Why cities aren't covered in empty cans of coconut water - ValentineC
http://www.huffingtonpost.com/tommy-campbell/why-cities-arent-covered-in-empty-cans-of-coconut-water_b_7950962.html

======
yellowapple
> My solution was extremely complicated, yet effective, and I will try my best
> to summarise it for you: Ask them to use smaller garbage bags.

Which means more frequent trips to the dumpster. Might not be a problem for
short people, but might _very well_ be a problem for elderly or disabled
people.

The better solution here would not to have such tall dumpsters if
possible/feasible. Not all dumpsters are garguantuan, after all. Maybe you'll
need more of them, but I'm sure that's a worthwhile tradeoff.

> Since the overwhelming amount of litter is junk food in one form or another
> [...] Dumb people throw away dumb litter.

While being fully aware that people (like me) who eat fast food instead of
buying organic free-range GMO-free gluten-free kale/quinoa/tofu salads at
Whole Foods for quadruple the money might be just doing it because we're dumb,
does the author at all suspect that maybe - just maybe - people eat junk food
because they can't afford yuppie Whole Foods stuff?
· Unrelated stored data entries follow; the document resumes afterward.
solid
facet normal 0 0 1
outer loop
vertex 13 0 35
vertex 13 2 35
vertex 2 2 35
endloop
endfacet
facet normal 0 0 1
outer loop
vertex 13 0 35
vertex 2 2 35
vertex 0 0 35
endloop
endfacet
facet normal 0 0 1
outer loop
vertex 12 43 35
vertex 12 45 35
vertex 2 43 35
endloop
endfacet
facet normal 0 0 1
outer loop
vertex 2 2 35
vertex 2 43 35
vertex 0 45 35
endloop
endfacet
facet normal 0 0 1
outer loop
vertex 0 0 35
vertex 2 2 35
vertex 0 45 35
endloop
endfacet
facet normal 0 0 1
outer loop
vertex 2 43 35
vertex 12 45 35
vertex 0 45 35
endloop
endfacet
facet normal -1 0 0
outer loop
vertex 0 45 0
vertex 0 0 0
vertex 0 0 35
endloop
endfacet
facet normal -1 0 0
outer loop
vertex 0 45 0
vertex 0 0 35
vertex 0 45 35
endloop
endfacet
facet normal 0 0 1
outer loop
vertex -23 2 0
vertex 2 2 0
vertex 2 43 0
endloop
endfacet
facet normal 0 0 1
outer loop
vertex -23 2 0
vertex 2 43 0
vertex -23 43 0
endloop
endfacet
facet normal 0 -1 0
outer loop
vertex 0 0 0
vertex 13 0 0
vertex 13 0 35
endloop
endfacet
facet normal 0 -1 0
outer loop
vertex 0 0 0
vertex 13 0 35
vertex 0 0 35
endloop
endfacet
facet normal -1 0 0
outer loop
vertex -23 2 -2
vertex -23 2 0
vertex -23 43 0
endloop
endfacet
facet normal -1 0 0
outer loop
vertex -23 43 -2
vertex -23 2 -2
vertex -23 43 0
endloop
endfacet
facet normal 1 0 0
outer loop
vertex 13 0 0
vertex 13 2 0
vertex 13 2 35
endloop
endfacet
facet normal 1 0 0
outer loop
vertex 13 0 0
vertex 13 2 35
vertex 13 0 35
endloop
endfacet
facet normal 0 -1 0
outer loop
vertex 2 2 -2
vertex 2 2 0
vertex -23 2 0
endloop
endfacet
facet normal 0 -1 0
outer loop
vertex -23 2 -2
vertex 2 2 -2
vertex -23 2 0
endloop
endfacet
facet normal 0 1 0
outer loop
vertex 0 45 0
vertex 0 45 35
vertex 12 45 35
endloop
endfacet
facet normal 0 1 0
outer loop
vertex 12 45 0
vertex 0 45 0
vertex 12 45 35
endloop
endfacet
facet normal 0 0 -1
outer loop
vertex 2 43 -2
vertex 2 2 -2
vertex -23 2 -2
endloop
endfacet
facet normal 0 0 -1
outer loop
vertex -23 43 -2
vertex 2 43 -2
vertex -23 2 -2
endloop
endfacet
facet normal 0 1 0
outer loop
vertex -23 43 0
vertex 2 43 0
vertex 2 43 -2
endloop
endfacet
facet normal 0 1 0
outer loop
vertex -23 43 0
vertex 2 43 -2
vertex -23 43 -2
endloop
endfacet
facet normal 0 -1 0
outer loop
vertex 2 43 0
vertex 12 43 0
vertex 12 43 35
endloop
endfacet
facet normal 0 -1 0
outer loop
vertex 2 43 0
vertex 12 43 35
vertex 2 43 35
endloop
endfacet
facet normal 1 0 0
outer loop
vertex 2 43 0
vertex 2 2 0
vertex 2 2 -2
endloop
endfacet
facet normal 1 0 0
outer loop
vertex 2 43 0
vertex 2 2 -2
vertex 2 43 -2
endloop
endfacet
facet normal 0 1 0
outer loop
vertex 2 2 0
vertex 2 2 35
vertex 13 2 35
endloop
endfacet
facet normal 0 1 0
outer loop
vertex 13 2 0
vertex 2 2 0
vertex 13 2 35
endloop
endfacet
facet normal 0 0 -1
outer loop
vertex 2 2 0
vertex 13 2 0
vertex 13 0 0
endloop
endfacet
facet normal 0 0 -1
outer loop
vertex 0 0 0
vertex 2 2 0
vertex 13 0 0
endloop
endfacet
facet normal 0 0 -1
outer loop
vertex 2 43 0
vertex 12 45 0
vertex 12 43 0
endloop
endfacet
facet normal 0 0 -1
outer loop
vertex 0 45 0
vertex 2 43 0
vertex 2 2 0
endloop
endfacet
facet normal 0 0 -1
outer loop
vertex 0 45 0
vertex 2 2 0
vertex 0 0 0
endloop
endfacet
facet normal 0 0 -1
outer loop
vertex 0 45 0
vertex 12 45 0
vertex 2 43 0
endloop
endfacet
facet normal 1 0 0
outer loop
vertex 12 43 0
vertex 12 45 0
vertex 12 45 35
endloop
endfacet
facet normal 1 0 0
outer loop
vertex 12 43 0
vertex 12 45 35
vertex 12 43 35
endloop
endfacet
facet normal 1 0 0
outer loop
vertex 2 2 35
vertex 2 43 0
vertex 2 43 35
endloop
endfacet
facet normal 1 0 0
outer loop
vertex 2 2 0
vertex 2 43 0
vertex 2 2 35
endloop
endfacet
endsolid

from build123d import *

# Parameters (mm, degrees)
BOSS_EXTRUDE1_DEPTH = 35
SKETCH2_W           = 25
SKETCH2_H           = 41
BOSS_EXTRUDE2_DEPTH = 2


with BuildPart() as part:
    # Sketch1 → Boss-Extrude1 (new body)
    with BuildSketch(Plane.XY):
        Polygon((0, 0), (0, 45), (12, 45), (12, 43), (2, 43), (2, 2), (13, 2), (13, 0), align=None)
    extrude(amount=BOSS_EXTRUDE1_DEPTH)


with BuildPart() as body_2:
    # Sketch2 → Boss-Extrude2 (new body)
    with BuildSketch(Plane(origin=(0, 0, 0), x_dir=(-1, 0, 0), z_dir=(0, 0, -1))):
        with Locations((10.5, 22.5)):
            Rectangle(SKETCH2_W, SKETCH2_H)
    extrude(amount=BOSS_EXTRUDE2_DEPTH)


solid = Compound([part.part, body_2.part])
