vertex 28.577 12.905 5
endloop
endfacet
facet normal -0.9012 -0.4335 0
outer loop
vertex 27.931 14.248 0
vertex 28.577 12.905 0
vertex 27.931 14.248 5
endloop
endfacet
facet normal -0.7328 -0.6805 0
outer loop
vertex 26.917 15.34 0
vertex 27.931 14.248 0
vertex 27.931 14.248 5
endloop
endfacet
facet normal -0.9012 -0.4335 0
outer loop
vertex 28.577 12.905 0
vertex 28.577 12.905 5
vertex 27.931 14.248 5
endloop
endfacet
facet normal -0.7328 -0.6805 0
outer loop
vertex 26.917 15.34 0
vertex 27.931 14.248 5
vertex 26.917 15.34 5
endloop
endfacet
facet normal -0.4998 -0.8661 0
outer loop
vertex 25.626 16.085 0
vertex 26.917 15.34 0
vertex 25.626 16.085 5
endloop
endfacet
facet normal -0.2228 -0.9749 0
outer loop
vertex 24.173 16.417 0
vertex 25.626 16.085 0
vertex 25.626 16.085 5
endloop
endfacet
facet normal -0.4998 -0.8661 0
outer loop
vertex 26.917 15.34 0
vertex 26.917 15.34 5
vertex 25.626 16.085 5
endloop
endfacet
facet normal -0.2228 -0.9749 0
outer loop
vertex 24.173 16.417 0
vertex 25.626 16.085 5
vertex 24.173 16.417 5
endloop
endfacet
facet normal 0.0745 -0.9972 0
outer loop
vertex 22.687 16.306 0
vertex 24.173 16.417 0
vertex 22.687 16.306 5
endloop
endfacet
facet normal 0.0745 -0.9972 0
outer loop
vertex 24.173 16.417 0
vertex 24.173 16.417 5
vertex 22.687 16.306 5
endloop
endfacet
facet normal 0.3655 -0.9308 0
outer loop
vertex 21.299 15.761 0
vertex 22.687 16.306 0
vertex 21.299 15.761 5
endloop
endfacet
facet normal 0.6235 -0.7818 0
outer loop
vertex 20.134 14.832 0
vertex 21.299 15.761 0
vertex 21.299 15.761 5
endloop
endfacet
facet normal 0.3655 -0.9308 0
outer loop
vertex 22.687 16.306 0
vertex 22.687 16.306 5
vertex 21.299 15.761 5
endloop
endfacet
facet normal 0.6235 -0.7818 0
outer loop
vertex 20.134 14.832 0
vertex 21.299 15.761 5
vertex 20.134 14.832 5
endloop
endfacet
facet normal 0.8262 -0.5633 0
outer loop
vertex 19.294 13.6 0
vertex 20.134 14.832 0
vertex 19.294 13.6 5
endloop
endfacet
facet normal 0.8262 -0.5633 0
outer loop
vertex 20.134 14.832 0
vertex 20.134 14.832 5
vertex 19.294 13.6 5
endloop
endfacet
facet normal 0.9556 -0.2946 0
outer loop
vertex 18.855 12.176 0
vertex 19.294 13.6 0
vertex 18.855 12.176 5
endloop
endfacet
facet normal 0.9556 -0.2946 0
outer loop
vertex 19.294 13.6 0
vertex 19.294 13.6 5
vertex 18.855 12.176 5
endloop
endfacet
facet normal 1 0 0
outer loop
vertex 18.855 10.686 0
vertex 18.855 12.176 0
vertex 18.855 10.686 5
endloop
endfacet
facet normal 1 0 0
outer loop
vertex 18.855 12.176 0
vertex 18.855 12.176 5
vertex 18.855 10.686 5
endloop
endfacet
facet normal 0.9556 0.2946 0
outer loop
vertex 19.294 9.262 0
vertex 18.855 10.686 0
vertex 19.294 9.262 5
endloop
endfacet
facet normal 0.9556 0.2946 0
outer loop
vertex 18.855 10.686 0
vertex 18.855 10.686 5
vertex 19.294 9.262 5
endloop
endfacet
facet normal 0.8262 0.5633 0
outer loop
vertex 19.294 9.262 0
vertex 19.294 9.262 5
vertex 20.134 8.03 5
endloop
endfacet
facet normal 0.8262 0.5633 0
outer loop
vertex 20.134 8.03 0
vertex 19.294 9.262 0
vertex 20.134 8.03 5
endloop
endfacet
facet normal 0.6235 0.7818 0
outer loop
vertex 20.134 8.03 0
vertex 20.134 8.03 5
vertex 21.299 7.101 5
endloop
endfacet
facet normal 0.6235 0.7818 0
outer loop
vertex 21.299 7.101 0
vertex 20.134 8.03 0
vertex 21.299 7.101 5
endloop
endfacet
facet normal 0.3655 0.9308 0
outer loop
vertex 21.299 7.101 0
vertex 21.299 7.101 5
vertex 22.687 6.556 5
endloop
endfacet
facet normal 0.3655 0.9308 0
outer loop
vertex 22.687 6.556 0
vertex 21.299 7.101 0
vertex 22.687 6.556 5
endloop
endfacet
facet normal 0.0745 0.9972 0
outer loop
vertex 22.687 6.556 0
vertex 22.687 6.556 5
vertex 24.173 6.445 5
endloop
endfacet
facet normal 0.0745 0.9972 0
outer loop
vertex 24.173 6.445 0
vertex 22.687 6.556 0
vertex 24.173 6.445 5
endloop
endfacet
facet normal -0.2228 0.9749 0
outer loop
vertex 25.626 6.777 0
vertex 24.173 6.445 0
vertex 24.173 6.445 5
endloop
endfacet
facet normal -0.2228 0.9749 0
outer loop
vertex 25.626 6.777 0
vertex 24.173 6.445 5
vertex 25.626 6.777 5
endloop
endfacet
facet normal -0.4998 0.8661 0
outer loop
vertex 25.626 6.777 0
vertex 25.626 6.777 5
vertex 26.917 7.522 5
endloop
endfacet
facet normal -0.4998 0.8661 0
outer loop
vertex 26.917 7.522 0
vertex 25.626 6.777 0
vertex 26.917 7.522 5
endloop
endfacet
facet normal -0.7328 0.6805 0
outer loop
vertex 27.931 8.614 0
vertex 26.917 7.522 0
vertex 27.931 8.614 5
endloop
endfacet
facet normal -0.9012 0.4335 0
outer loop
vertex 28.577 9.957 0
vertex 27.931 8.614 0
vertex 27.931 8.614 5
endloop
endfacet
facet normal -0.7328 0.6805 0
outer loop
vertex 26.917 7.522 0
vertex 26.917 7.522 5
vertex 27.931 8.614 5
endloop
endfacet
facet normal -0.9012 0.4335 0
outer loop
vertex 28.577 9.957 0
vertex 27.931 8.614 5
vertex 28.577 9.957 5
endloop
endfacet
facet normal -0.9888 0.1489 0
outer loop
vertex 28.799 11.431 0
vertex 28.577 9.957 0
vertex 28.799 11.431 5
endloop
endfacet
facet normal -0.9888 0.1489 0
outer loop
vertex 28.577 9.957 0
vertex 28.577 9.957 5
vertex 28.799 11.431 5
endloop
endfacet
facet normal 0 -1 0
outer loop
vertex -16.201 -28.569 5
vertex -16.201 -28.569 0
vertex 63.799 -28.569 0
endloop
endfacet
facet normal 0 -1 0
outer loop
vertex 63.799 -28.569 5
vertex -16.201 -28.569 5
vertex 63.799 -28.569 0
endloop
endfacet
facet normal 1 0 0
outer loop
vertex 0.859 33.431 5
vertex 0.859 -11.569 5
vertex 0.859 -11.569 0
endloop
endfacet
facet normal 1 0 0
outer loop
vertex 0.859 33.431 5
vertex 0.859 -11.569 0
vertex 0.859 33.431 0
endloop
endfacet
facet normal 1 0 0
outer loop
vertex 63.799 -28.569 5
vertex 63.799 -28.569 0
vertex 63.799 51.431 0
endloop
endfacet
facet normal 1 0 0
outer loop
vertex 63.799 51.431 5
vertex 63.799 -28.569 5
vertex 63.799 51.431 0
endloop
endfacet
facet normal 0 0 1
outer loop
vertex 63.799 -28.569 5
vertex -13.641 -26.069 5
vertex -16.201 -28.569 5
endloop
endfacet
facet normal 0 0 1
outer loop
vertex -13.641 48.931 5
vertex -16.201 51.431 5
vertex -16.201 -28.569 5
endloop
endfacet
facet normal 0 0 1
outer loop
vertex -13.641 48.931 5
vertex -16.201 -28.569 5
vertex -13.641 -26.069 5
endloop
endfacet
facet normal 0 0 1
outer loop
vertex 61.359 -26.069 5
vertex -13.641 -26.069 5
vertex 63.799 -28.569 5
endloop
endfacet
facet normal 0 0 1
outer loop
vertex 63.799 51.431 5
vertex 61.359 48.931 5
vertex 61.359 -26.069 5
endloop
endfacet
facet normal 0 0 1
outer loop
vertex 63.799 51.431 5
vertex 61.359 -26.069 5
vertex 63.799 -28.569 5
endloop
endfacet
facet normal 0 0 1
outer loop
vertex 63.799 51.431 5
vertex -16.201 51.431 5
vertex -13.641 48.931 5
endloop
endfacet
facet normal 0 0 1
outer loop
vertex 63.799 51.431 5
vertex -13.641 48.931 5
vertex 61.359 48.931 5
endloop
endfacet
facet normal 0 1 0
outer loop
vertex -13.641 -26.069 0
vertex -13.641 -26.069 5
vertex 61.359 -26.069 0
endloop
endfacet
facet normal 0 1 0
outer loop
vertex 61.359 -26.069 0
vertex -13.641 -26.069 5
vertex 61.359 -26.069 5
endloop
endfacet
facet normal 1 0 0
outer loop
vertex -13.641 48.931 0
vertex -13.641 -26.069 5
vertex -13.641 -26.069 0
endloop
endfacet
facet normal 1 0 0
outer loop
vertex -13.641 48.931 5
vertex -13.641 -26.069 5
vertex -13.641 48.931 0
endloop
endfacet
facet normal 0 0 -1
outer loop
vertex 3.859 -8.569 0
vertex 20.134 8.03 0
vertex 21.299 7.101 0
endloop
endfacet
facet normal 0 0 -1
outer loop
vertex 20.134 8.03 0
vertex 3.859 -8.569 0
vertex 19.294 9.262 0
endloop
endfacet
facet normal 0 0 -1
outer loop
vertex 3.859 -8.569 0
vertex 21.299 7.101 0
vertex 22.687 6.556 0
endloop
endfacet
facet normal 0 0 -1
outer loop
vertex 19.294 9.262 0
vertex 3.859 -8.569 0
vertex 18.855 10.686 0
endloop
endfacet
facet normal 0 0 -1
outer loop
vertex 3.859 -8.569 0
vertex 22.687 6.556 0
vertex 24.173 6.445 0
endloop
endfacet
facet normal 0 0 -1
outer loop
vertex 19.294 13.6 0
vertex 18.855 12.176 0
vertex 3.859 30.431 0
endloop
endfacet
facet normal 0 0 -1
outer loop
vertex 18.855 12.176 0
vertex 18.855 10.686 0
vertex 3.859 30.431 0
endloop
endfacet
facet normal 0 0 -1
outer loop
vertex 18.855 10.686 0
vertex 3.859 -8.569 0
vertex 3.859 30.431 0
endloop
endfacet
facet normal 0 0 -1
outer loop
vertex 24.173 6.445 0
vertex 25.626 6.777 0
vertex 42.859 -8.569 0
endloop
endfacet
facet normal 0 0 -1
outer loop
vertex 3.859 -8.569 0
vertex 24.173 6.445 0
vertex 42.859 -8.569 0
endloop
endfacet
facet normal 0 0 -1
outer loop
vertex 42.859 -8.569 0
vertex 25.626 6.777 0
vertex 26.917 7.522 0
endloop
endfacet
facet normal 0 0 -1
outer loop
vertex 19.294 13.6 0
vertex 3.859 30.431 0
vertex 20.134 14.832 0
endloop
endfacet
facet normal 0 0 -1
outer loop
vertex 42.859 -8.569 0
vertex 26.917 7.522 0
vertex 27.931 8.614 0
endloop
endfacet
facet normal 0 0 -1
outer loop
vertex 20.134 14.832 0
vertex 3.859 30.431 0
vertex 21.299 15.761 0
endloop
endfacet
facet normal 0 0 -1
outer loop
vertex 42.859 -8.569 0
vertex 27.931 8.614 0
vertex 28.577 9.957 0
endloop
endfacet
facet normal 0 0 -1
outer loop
Not to say that the littering is excusable. My objection is solely to the
characterization of people who eat junk food as "dumb", or that they
necessarily have a choice in the matter, rather that recognizing that poor
people aren't fictional creatures and that not everyone has the luxury of a
Whole Foods or Trader Joe's or whatever newfangled healthy yuppie organic
store is in vogue right now. That bit came across as ridiculously elitist,
whether or not the author meant it to be.